[Source data]
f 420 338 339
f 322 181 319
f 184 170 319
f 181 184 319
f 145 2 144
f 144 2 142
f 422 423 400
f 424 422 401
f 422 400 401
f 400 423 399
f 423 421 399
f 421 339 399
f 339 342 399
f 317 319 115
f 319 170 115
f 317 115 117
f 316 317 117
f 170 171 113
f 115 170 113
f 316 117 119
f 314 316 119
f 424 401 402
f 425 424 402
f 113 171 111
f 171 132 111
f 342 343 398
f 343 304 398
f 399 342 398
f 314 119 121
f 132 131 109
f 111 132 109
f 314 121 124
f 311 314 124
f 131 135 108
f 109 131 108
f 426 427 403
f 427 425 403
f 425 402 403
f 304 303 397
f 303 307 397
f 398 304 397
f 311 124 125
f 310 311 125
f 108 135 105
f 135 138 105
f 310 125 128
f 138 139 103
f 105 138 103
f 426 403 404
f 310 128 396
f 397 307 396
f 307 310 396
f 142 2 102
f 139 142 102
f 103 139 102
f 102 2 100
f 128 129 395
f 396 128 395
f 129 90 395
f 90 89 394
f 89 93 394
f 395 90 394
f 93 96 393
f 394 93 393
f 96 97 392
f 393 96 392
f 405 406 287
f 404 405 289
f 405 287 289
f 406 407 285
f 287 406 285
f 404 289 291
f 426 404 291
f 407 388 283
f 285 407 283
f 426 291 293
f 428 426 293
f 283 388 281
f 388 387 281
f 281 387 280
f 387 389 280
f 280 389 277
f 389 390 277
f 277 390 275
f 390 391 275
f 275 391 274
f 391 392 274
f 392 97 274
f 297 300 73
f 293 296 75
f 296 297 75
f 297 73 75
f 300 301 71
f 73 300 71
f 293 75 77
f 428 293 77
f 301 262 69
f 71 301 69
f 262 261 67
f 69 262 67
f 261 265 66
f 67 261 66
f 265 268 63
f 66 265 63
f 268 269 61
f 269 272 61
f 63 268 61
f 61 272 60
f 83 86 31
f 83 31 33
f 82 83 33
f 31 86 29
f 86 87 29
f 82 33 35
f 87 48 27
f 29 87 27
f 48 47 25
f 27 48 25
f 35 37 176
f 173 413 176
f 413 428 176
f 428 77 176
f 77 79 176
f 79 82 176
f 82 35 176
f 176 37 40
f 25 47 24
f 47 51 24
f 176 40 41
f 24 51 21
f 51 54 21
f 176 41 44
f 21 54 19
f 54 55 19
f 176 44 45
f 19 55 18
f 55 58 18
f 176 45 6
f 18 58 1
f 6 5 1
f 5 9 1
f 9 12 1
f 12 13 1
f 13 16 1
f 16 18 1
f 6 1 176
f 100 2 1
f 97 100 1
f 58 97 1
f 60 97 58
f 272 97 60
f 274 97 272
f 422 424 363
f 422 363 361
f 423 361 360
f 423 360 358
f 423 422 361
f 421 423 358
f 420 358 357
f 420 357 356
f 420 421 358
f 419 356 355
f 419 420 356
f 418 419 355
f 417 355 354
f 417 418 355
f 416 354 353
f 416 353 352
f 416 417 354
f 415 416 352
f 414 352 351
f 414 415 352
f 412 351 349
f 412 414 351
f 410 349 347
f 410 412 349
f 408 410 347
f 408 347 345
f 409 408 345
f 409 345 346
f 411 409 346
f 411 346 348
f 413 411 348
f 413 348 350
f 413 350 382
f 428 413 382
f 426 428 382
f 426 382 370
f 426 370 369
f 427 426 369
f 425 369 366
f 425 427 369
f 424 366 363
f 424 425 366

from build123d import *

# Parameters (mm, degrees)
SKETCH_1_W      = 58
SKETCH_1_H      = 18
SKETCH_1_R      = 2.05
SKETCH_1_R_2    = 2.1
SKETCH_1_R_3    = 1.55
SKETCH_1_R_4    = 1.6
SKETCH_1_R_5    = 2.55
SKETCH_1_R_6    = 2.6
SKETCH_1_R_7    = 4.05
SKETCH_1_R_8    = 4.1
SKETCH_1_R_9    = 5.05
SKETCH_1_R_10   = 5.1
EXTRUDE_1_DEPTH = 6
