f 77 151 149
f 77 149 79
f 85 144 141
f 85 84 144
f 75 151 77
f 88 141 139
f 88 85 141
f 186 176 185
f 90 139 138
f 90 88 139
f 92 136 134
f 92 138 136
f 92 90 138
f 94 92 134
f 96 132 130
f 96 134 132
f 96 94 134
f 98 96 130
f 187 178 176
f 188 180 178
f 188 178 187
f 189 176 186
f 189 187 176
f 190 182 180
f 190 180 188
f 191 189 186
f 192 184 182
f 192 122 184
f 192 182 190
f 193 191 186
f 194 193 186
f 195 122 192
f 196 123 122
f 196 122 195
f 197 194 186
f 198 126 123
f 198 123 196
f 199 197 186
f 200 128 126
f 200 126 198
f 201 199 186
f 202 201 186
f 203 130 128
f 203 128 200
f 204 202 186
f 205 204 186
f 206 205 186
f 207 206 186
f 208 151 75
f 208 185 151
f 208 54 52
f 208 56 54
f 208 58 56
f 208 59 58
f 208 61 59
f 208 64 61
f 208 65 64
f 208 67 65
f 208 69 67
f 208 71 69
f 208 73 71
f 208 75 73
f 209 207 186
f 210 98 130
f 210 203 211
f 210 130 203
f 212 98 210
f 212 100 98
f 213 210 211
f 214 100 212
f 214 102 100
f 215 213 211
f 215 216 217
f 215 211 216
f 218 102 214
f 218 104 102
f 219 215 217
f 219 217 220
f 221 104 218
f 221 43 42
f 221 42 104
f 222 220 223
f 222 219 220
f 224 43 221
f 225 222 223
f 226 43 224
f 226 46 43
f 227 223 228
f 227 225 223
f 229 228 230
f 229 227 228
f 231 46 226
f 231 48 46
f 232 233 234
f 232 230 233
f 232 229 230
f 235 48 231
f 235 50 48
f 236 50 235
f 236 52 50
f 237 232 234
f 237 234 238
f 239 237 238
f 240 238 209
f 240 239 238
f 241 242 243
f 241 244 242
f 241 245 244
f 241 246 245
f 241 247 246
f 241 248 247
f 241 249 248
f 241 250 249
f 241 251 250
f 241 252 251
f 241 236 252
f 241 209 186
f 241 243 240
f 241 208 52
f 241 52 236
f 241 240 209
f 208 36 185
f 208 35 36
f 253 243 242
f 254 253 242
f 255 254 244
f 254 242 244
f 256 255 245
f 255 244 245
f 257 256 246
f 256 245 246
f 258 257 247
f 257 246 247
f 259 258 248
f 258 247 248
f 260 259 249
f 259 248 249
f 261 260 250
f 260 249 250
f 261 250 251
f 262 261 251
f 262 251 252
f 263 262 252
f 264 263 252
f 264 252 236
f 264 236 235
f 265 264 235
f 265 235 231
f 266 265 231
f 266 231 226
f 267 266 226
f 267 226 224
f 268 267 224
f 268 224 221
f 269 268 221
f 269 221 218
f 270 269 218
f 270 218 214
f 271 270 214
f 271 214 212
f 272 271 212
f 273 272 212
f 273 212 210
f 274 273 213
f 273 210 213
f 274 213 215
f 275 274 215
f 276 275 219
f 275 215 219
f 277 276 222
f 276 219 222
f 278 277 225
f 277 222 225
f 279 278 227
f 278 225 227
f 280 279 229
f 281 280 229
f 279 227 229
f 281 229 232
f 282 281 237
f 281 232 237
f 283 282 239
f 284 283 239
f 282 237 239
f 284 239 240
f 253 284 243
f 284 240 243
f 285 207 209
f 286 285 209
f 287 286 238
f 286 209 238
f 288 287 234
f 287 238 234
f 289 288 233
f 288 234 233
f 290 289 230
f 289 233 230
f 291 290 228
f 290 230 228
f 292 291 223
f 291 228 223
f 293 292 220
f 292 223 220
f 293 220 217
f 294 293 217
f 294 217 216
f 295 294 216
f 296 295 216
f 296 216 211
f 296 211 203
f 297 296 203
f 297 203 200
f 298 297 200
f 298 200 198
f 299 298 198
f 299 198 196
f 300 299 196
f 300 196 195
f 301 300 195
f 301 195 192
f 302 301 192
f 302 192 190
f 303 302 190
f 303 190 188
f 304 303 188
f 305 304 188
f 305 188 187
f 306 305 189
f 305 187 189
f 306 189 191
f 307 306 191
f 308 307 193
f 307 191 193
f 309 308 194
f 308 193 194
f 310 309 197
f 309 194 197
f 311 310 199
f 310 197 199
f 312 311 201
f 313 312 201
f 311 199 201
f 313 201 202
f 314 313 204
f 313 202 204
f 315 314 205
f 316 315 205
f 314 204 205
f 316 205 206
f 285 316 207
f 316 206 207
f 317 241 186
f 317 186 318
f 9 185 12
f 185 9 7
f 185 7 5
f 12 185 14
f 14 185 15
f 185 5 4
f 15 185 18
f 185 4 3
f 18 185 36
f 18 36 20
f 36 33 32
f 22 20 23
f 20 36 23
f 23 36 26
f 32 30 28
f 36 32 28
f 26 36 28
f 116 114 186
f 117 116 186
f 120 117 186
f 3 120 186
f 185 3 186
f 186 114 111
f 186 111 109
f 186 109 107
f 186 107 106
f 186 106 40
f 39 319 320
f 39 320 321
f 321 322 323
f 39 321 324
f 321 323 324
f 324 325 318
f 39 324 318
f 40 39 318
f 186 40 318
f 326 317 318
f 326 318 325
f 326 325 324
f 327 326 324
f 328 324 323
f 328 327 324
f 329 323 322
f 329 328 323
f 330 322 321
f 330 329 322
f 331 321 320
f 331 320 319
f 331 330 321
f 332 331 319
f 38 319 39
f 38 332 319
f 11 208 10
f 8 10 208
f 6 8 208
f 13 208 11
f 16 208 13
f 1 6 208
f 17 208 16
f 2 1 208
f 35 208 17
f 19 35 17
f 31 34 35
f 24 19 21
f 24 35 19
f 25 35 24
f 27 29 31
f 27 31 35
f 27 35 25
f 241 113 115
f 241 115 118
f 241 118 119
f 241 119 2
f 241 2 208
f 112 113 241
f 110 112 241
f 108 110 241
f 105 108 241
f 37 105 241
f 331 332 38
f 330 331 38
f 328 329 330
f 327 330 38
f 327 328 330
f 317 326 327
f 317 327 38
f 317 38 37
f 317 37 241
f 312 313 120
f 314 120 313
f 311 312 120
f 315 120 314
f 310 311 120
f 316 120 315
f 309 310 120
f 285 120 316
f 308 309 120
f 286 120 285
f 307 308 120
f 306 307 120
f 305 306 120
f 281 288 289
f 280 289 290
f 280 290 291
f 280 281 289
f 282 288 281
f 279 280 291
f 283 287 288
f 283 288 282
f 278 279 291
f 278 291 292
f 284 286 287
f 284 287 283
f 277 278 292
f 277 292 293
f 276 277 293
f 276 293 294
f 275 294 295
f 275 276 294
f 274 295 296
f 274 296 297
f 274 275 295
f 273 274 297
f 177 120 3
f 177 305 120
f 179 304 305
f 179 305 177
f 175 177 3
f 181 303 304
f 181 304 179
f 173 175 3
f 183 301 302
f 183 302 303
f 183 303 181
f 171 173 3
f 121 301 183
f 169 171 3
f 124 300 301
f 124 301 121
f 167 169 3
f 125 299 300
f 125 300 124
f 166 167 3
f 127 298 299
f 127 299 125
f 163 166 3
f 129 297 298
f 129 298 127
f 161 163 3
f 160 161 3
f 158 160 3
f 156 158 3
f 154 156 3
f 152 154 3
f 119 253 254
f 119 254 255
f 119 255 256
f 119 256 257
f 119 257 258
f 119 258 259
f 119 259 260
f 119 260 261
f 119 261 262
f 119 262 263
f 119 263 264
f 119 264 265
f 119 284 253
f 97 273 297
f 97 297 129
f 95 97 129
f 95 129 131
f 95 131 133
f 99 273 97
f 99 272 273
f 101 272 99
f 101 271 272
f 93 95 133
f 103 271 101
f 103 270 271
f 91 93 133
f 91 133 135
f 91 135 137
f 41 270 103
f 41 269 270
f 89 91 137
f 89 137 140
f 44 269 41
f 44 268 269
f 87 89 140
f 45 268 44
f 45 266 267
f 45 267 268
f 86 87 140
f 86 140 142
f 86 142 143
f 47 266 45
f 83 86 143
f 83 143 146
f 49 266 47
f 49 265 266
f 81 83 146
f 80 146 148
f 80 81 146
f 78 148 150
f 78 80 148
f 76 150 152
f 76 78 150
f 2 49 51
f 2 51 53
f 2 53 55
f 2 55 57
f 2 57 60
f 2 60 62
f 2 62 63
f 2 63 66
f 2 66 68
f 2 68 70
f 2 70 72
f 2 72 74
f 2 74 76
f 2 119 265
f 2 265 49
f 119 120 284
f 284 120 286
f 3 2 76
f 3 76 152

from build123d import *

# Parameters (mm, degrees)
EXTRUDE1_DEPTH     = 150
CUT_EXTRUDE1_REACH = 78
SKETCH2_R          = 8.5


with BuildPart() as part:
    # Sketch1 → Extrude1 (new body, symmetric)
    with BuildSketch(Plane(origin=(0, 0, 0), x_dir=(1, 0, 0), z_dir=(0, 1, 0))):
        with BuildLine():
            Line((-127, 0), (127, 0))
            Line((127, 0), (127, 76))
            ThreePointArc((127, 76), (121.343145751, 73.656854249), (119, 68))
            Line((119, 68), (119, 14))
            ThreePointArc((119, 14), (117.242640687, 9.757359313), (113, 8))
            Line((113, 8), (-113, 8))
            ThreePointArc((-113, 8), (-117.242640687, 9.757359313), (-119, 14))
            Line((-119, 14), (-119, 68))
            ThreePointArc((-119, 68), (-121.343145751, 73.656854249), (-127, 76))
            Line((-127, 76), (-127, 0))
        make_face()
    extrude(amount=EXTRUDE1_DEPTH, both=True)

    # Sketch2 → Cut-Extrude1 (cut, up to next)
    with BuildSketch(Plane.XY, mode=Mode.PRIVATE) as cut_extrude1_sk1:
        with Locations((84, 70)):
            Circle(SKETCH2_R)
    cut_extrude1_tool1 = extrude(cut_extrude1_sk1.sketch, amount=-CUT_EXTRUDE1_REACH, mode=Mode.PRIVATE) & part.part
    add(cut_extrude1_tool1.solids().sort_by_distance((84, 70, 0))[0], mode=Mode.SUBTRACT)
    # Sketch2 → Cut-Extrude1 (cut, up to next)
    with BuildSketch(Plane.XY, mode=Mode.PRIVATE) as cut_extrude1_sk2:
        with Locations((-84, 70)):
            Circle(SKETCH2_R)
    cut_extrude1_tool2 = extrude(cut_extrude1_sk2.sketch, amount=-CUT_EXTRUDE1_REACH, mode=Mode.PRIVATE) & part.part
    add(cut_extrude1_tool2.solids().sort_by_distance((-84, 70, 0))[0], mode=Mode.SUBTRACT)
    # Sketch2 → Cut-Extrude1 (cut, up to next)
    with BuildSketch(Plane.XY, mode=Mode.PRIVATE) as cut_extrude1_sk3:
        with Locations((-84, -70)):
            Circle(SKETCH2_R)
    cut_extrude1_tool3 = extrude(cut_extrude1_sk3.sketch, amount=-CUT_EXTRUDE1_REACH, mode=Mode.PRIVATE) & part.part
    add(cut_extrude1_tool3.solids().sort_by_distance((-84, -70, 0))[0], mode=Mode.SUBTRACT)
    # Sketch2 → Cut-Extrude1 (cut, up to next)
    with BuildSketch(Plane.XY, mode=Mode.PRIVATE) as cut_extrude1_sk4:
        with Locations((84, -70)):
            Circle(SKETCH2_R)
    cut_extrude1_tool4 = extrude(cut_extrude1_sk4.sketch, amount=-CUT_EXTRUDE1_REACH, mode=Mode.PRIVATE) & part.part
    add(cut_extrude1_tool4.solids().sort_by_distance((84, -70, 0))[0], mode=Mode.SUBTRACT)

- **WHAT THIS TASK INVOLVES**:
Once you find the line with "f 96 132 130" above, print it and every line after it up to and including the line with "f 281 280 229", exactly as written and nothing else.

- **TASK OUTPUT**:
f 96 132 130
f 96 134 132
f 96 94 134
f 98 96 130
f 187 178 176
f 188 180 178
f 188 178 187
f 189 176 186
f 189 187 176
f 190 182 180
f 190 180 188
f 191 189 186
f 192 184 182
f 192 122 184
f 192 182 190
f 193 191 186
f 194 193 186
f 195 122 192
f 196 123 122
f 196 122 195
f 197 194 186
f 198 126 123
f 198 123 196
f 199 197 186
f 200 128 126
f 200 126 198
f 201 199 186
f 202 201 186
f 203 130 128
f 203 128 200
f 204 202 186
f 205 204 186
f 206 205 186
f 207 206 186
f 208 151 75
f 208 185 151
f 208 54 52
f 208 56 54
f 208 58 56
f 208 59 58
f 208 61 59
f 208 64 61
f 208 65 64
f 208 67 65
f 208 69 67
f 208 71 69
f 208 73 71
f 208 75 73
f 209 207 186
f 210 98 130
f 210 203 211
f 210 130 203
f 212 98 210
f 212 100 98
f 213 210 211
f 214 100 212
f 214 102 100
f 215 213 211
f 215 216 217
f 215 211 216
f 218 102 214
f 218 104 102
f 219 215 217
f 219 217 220
f 221 104 218
f 221 43 42
f 221 42 104
f 222 220 223
f 222 219 220
f 224 43 221
f 225 222 223
f 226 43 224
f 226 46 43
f 227 223 228
f 227 225 223
f 229 228 230
f 229 227 228
f 231 46 226
f 231 48 46
f 232 233 234
f 232 230 233
f 232 229 230
f 235 48 231
f 235 50 48
f 236 50 235
f 236 52 50
f 237 232 234
f 237 234 238
f 239 237 238
f 240 238 209
f 240 239 238
f 241 242 243
f 241 244 242
f 241 245 244
f 241 246 245
f 241 247 246
f 241 248 247
f 241 249 248
f 241 250 249
f 241 251 250
f 241 252 251
f 241 236 252
f 241 209 186
f 241 243 240
f 241 208 52
f 241 52 236
f 241 240 209
f 208 36 185
f 208 35 36
f 253 243 242
f 254 253 242
f 255 254 244
f 254 242 244
f 256 255 245
f 255 244 245
f 257 256 246
f 256 245 246
f 258 257 247
f 257 246 247
f 259 258 248
f 258 247 248
f 260 259 249
f 259 248 249
f 261 260 250
f 260 249 250
f 261 250 251
f 262 261 251
f 262 251 252
f 263 262 252
f 264 263 252
f 264 252 236
f 264 236 235
f 265 264 235
f 265 235 231
f 266 265 231
f 266 231 226
f 267 266 226
f 267 226 224
f 268 267 224
f 268 224 221
f 269 268 221
f 269 221 218
f 270 269 218
f 270 218 214
f 271 270 214
f 271 214 212
f 272 271 212
f 273 272 212
f 273 212 210
f 274 273 213
f 273 210 213
f 274 213 215
f 275 274 215
f 276 275 219
f 275 215 219
f 277 276 222
f 276 219 222
f 278 277 225
f 277 222 225
f 279 278 227
f 278 225 227
f 280 279 229
f 281 280 229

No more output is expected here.